Photosounder.com - Image-sound editor & synthesizer - wglb
http://photosounder.com/
======
anigbrowl
I'm a fan of additive synthesis (the technology in use here) and recommend
this to anyone interested in electronic music/sound design, with two caveats:

a) you are likely to get the most sonically interesting results by taking
recordings of sounds you already like and converting them to image files, then
applying a variety of filters and treatments in photoshop or similar, before
exporting back to Photosounder for rendition as audio...although this is
necessarily a rather slow process. If you like Javascript, you could get into
Processing, and achieve the same effect by sweeping a windowed fast-fourier
transform across your audio sample (or doing a reverse FFT on vertical strips
of an image). The weird digital quality of the sounds generated by a tool like
this stem from harmonic juxtapositions that do not exist in nature (see
below).

b) the big problem with this and all other spectrogram tools I've used over
the years if that they treat the audible frequency spectrum as a flat
geometrical (edit: cartesian, sorry) space.

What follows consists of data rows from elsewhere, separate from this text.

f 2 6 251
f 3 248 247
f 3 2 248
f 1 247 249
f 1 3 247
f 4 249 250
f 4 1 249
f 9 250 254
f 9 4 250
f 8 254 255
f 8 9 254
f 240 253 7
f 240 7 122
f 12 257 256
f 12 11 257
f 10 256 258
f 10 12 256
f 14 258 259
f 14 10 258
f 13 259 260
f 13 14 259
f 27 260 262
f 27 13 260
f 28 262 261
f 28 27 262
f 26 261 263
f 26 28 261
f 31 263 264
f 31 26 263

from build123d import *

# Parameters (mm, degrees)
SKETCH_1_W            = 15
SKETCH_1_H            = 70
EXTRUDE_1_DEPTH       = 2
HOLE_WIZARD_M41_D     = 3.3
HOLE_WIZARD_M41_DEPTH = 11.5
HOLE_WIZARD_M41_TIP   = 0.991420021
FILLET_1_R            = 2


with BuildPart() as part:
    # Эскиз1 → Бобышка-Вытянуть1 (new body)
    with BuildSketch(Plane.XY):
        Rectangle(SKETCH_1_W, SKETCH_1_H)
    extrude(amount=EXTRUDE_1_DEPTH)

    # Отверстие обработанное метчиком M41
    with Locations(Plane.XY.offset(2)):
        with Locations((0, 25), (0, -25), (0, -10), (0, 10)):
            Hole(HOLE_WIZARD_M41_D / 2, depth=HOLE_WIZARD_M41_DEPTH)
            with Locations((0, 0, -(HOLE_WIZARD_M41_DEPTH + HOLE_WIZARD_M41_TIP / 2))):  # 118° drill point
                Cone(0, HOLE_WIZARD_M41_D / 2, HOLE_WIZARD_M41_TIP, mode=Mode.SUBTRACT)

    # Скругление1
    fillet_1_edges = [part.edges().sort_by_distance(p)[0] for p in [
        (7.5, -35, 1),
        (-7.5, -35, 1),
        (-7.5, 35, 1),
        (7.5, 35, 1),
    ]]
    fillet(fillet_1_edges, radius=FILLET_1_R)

So if you look at a spectrogram of
a sine wave, you'll see a single horizontal line; if you examine a saw wave
(which includes all harmonics) you'll see a group of horizontal lines of
decreasing intensity from bottom to top.

So far so good, because we can learn a lot from that, but an FFT/Spectrogram
obscures the concept of pitch. For example, in conventional western tuning a
440 Hz tone is the note A, while tones of 220 or 880 Hz are the same note
played an octave lower and higher, respectively. Our brains are 'wired' to pay
particular attention to powers of 2; not just in pure tones, but even in
distorted ones. People generally express a liking for the sound of second-
harmonic distortion (at double the fundamental, the typical electric guitar
sound) while exhibiting an intense dislike for third-harmonic distortion (bad
transistor radio). My point here is that the sound spectrum, unlike that of
light, encompasses multiple octaves and psychoacoustic research provides
strong evidence for the idea that the brain evaluates sounds with multiple
frequency components around a pitch spiral rather than a 2d cartesian
space...but although we have the required computer power, there has been
little progress in the development of tools to represent and manipulate sound
this way. It's hard to find any kind of real-time tools that map the results
of an FFT onto a polar coordinate system.

EDIT: there's some information about construction of the polar FFT here, but
it's regrettably beyond my capacity to implement at present:
<http://www.math.umn.edu/~focm/c_/Elad.pdf>